Advanced Metallic U-Zr Fuel for LWR Applications – FMEA and PIRT Development, NE-19-18484

YEAR AWARDED: FY-2019

TOTAL PROJECT VALUE: $596k (DOE Funds Awarded: $477k; Awardee Cost Share: $119k)

STATUS: Completed

PRINCIPAL LAB INVESTIGATORS: Geoffrey Beausoleil ([email protected])

DESCRIPTION: Framatome is a world leader in nuclear energy, recognized for its innovative solutions and value-added technologies for designing, building, maintaining, and advancing the global nuclear fleet. The company designs, manufactures, and installs components, fuel, and instrumentation and control systems for nuclear plants and offers a full range of reactor and engineering services. Framatome is investigating a new fuel design that includes a fuel rod with annular fuel slugs that consists of a 50 wt.% Zr uranium-zirconium (U-50Zr) alloy enriched to less than 20% 235U with an external zircaloy cladding while maintaining other aspects of the typical LWR fuel rod design. The rods are in a rectangular array supported and positioned by spacers within the fuel assembly bundle that maintains the position and location of the 24 guide tubes plus an instrument tube of the current U.S. pressurized-water reactor (PWR) 17 × 17 design UO2 fuel assembly. Top and bottom nozzles maintain the interfaces with the reactor control components and core internals. Because the Nuclear Regulatory Commission’s Standard Review Plan was developed for zirconium-clad UO2 fuel, new design-specific criteria and design-basis limits needed to be established for the U-Zr design. The new alloy fuel design was anticipated to have failure/damage modes associated with fuel rod failure or damage mechanisms are unique to the design that need to be identified and the failure/damage mechanisms developed to define design-specific criteria to address.

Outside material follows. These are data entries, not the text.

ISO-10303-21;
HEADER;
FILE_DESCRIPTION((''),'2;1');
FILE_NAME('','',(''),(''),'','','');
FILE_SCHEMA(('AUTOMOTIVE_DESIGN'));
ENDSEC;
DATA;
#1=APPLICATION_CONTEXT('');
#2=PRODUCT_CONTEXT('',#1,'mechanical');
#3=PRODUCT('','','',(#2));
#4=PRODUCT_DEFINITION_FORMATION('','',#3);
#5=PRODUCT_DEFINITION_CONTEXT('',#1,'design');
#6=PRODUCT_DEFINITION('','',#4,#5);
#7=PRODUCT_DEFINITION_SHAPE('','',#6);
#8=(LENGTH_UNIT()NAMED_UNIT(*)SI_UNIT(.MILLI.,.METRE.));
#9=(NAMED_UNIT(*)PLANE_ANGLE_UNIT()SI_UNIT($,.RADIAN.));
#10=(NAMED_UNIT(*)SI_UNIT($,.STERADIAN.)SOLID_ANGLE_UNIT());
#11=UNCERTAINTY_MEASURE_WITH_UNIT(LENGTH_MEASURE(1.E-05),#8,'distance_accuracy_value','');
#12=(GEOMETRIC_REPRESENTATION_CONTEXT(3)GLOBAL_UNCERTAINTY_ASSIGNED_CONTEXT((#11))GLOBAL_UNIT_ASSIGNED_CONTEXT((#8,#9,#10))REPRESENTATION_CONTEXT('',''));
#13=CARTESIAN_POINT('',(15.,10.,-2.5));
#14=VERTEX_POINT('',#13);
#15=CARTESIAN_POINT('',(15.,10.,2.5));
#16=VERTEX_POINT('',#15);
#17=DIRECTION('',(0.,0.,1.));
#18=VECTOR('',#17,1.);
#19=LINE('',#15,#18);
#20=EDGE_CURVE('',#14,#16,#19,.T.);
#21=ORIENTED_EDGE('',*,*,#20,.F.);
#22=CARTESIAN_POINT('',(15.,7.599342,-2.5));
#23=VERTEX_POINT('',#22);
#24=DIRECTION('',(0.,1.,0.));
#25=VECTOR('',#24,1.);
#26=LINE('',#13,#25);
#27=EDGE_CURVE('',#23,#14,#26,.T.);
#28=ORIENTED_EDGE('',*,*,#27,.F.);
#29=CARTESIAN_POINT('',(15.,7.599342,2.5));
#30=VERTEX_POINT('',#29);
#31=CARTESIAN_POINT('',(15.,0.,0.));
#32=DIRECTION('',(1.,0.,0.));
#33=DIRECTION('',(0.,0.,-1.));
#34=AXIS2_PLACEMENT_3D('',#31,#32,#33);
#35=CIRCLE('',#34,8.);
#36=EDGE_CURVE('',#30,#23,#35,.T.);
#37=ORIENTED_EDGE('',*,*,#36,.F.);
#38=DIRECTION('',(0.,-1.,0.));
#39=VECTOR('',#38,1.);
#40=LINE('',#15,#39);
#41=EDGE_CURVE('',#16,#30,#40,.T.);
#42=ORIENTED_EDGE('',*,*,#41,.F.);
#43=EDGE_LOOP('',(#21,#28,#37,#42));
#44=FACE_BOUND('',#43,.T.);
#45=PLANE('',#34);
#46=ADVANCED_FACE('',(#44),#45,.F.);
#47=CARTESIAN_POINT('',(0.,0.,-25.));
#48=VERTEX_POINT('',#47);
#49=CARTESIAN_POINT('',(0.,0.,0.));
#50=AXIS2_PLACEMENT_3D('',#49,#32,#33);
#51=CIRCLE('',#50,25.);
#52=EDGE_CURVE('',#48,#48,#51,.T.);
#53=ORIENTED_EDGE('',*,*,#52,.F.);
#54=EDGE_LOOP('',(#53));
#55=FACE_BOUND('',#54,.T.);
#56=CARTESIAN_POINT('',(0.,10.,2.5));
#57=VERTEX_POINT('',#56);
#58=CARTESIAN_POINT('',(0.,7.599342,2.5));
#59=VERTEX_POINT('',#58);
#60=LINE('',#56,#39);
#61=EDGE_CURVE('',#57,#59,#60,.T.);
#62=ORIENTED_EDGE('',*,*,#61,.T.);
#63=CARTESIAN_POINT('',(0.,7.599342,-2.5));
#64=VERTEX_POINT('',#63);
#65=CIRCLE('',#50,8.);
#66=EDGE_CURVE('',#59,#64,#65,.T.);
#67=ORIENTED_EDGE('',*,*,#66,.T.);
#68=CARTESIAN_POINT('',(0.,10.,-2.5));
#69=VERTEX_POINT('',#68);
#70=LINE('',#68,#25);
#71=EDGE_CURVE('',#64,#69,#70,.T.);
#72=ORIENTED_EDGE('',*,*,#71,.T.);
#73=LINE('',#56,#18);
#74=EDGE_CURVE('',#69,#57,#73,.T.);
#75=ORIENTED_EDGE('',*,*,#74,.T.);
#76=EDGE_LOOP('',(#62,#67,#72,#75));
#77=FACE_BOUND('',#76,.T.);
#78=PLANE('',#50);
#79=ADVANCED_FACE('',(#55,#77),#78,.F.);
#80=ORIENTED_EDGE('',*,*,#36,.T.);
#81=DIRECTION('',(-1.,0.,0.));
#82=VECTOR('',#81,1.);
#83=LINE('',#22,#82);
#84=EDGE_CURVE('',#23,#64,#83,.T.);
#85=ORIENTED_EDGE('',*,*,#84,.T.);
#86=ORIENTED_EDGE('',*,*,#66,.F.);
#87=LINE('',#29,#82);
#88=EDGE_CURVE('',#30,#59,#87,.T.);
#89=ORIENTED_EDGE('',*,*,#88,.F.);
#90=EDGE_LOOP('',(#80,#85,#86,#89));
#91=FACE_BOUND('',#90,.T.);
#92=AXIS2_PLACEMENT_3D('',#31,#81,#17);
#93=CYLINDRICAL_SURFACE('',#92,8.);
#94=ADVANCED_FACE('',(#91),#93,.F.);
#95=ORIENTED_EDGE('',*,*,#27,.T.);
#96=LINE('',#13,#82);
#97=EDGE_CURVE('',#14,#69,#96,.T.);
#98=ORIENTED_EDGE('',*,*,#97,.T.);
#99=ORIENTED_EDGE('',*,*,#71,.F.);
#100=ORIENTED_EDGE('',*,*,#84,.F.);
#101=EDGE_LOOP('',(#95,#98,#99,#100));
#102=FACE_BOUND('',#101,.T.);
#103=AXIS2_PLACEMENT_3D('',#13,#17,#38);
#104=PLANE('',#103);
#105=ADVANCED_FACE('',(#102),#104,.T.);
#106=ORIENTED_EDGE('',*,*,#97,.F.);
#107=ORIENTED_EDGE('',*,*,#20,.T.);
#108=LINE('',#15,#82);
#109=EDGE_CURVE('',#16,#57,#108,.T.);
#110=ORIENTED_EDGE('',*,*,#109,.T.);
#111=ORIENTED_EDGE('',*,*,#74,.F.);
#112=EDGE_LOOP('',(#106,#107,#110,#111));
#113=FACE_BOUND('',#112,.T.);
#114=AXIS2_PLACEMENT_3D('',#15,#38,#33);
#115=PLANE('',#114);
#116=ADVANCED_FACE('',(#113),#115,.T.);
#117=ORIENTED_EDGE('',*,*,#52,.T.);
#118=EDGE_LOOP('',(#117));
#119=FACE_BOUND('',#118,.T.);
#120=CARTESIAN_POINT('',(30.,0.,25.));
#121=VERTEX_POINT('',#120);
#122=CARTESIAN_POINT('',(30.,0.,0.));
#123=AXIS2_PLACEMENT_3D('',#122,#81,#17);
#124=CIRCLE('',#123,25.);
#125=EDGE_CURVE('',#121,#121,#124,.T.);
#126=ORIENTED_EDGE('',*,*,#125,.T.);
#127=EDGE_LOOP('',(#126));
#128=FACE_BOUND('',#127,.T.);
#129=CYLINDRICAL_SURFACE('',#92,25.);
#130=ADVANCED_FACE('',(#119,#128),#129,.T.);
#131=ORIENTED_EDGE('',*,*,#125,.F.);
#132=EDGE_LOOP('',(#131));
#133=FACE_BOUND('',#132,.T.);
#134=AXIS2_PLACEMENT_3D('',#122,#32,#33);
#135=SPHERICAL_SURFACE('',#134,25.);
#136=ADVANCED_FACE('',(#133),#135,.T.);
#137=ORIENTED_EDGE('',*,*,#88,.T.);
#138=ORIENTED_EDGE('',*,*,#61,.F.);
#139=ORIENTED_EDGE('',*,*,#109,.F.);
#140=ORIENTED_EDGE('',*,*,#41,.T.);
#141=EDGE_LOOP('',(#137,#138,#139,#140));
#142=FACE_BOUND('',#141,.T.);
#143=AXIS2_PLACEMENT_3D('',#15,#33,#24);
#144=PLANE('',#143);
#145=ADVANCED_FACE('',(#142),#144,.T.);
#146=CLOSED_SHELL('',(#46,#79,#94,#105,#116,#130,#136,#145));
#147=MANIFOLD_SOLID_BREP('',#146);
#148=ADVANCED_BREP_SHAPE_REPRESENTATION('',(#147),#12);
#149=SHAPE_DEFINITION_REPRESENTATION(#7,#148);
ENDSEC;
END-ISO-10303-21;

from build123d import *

# Parameters (mm, degrees)
SKETCH1_R           = 25
BOSS_EXTRUDE1_DEPTH = 15
SKETCH2_R           = 25
BOSS_EXTRUDE2_DEPTH = 40
FILLET1_R           = 25


with BuildPart() as part:
    # Sketch1 → Boss-Extrude1 (new body)
    with BuildSketch(Plane(origin=(0, 0, 0), x_dir=(0, 0, -1), z_dir=(1, 0, 0))):
        Circle(SKETCH1_R)
        with BuildLine():
            Line((-2.5, 10), (2.5, 10))
            Line((2.5, 10), (2.5, 7.599342077))
            ThreePointArc((2.5, 7.599342077), (0, -8), (-2.5, 7.599342077))
            Line((-2.5, 7.599342077), (-2.5, 10))
        make_face(mode=Mode.SUBTRACT)
    extrude(amount=BOSS_EXTRUDE1_DEPTH)

    # Sketch2 → Boss-Extrude2 (add)
    with BuildSketch(Plane(origin=(15, 0, 0), x_dir=(0, 0, -1), z_dir=(1, 0, 0))):
        Circle(SKETCH2_R)
    extrude(amount=BOSS_EXTRUDE2_DEPTH)

    # Fillet1
    fillet1_edges = [part.edges().sort_by_distance(p)[0] for p in [
        (55, 0, 25),
    ]]
    fillet(fillet1_edges, radius=FILLET1_R)


solid = part.part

BENEFIT: Framatome used failure modes and effects analysis (FMEA) to determine and define potential failure mechanisms for the U-50Zr alloy design. For each failure or fuel system damage mode, phenomenon associated with the failure/damage mechanisms would be identified. A phenomenon identification and ranking (PIRT analysis) was performed to identify phenomena that need more understanding through research or testing.

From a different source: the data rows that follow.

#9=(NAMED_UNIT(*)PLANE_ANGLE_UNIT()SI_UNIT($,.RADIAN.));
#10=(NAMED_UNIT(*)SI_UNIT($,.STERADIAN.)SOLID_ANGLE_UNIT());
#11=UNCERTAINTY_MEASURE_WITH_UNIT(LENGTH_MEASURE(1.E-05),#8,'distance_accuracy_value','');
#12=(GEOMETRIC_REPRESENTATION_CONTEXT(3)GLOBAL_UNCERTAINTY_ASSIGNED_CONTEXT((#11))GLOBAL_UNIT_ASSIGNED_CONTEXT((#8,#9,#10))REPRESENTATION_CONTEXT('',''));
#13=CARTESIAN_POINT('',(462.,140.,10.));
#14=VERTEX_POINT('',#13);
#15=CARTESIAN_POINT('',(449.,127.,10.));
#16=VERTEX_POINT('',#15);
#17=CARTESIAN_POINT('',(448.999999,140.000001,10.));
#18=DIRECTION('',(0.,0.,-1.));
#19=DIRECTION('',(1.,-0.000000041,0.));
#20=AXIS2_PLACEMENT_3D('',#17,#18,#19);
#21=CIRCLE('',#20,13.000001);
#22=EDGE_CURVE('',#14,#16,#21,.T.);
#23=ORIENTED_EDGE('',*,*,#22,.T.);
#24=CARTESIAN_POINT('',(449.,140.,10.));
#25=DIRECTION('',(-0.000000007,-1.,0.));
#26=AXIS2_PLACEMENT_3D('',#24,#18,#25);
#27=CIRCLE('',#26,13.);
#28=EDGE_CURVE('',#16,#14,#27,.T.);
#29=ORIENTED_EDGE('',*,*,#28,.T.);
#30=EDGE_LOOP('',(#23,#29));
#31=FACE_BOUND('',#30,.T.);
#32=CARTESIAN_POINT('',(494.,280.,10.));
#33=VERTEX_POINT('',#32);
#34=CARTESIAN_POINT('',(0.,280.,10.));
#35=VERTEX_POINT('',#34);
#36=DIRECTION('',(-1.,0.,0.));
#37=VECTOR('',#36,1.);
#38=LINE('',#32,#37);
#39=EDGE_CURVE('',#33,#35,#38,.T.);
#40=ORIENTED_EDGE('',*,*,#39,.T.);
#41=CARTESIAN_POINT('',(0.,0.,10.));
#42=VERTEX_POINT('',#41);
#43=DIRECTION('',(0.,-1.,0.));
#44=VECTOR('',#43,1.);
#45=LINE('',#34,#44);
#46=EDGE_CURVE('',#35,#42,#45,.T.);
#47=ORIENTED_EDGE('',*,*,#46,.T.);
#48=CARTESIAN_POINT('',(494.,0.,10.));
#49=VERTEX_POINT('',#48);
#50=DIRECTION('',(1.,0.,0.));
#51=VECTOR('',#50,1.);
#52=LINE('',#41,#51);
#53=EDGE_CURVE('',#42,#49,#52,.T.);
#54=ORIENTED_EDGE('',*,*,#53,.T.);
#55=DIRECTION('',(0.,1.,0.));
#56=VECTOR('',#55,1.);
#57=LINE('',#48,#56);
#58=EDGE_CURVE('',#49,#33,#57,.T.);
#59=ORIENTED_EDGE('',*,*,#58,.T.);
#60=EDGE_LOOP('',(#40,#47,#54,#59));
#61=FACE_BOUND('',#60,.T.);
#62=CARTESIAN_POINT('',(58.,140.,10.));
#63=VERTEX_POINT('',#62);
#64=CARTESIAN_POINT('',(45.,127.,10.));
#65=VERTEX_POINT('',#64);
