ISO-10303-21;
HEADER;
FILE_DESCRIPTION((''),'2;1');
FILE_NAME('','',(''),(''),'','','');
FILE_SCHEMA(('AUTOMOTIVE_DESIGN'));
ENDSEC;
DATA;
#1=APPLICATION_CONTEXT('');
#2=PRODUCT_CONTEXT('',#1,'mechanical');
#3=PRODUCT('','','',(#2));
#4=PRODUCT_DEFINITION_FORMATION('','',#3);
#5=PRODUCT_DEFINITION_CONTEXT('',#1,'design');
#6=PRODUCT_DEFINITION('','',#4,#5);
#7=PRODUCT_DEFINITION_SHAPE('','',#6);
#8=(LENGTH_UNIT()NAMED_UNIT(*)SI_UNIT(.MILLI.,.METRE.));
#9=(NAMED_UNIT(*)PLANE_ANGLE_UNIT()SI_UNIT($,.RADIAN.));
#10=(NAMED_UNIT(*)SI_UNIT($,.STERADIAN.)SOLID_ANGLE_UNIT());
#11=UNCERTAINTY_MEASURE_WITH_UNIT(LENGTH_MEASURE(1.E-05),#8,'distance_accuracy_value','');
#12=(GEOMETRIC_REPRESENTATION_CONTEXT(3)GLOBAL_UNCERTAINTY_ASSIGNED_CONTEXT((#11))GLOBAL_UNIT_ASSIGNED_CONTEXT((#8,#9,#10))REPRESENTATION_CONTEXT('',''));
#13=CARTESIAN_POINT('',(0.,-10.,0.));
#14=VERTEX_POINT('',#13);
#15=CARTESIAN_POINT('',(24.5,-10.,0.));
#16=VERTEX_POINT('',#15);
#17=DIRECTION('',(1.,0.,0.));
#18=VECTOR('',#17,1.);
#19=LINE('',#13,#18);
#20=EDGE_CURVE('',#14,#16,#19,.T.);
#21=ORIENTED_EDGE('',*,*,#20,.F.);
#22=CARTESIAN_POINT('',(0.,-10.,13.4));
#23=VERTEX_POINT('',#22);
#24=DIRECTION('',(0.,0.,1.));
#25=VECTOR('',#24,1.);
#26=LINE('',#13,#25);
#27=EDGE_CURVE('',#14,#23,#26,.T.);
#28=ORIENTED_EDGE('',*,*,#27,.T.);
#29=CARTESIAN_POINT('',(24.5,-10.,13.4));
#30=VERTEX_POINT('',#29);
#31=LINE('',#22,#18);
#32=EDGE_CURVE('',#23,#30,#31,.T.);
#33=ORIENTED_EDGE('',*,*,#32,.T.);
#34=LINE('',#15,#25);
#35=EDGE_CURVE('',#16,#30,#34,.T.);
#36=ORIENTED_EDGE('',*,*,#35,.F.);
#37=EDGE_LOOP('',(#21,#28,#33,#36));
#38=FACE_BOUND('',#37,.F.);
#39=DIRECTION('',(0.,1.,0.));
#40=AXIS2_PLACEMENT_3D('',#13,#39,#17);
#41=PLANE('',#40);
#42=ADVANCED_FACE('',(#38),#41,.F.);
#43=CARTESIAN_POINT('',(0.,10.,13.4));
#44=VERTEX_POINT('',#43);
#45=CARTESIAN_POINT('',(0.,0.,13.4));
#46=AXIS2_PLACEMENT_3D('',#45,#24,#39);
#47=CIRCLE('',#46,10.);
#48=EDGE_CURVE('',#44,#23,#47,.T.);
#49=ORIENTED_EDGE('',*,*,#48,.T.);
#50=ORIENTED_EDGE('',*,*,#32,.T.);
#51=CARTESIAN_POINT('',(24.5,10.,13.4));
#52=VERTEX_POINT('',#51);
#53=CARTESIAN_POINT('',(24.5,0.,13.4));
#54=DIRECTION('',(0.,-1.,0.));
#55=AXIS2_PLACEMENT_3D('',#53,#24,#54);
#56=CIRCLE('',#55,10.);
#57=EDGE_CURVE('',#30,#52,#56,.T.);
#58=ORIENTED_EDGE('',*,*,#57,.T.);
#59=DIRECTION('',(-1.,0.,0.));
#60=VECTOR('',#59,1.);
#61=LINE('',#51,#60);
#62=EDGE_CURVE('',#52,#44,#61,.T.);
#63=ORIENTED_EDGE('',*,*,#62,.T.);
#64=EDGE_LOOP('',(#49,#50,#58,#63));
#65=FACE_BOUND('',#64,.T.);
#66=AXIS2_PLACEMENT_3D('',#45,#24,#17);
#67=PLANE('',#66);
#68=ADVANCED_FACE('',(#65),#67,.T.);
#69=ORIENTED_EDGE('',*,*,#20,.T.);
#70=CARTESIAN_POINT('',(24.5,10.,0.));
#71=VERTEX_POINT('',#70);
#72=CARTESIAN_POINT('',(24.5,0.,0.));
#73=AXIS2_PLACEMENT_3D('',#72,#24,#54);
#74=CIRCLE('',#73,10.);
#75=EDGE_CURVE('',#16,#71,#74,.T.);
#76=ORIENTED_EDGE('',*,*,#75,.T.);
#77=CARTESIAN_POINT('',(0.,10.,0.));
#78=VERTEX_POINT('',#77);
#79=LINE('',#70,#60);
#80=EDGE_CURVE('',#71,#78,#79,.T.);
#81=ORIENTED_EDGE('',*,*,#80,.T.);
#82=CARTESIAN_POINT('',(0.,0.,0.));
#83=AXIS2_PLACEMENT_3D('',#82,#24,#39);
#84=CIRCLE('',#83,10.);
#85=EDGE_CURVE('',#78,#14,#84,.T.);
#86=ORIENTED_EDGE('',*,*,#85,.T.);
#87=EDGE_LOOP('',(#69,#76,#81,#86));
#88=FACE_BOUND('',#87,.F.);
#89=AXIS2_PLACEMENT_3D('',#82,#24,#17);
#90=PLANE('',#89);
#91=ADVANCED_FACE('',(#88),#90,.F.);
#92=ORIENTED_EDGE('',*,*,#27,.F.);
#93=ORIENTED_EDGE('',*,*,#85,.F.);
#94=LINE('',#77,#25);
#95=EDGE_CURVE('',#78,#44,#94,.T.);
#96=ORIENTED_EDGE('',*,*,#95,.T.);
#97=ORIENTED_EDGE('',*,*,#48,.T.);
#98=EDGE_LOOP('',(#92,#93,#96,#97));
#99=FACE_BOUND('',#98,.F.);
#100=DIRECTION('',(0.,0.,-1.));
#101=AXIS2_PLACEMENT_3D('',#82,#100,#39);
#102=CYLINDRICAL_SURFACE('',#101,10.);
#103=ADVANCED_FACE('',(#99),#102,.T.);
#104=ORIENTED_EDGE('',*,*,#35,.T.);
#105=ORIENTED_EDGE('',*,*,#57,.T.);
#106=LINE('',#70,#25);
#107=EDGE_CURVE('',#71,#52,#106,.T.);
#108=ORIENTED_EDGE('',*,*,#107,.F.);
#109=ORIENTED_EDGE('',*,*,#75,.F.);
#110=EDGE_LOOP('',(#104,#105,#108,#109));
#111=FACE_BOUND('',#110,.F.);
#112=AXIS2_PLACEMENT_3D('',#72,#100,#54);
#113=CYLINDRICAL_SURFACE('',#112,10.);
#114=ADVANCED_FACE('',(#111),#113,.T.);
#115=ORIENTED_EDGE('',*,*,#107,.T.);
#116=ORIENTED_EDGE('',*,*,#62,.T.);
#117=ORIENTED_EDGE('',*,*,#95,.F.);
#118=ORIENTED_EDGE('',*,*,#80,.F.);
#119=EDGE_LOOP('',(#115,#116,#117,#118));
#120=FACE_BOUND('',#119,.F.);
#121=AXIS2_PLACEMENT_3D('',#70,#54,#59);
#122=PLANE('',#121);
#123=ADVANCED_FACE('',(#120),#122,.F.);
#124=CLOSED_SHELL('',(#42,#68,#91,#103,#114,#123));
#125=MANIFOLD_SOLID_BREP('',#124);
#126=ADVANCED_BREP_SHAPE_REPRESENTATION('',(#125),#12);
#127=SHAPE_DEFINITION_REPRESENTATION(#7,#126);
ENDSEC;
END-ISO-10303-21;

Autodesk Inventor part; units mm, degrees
ref_plane "YZ Plane" through (0, 0, 0) normal (1, 0, 0) x (0, 1, 0)
ref_plane "XZ Plane" through (0, 0, 0) normal (0, 1, 0) x (-1, 0, 0)
ref_plane "XY Plane" through (0, 0, 0) normal (0, 0, 1) x (1, 0, 0)
sketch "スケッチ1" plane through (0, 0, 0) normal (0, 0, 1) x (1, 0, 0)
  line L0 (0, 0) -> (24.5, 0) construction
  line L1 (0, -10) -> (24.5, -10)
  line L2 (24.5, 10) -> (0, 10)
  arc A0 (0, 10) -> (0, -10) centre (0, 0) ccw
  arc A1 (24.5, -10) -> (24.5, 10) centre (24.5, 0) ccw
  point P0 (12.25, 0)
  dimension "d0" = 20
  dimension "d1" = 24.5
extrude "押し出し1" add sketch "スケッチ1" along normal blind 13.4
properties part number "arrma_boolean_box"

IMPACT: Based on the results of the initial FMEA and PIRT completed by Framatome, experts from Idaho National Laboratory (INL) wrote a review and addressed phenomena related to the mechanism and identify gaps in knowledge or understanding. Specific outcomes of this collaboration between INL and Framatome included a series of material experiments to assay fundamental material properties for the alloy system.

NEXT STEPS: Framatome and INL will finish the experimental work and issue a report by the end of 2021.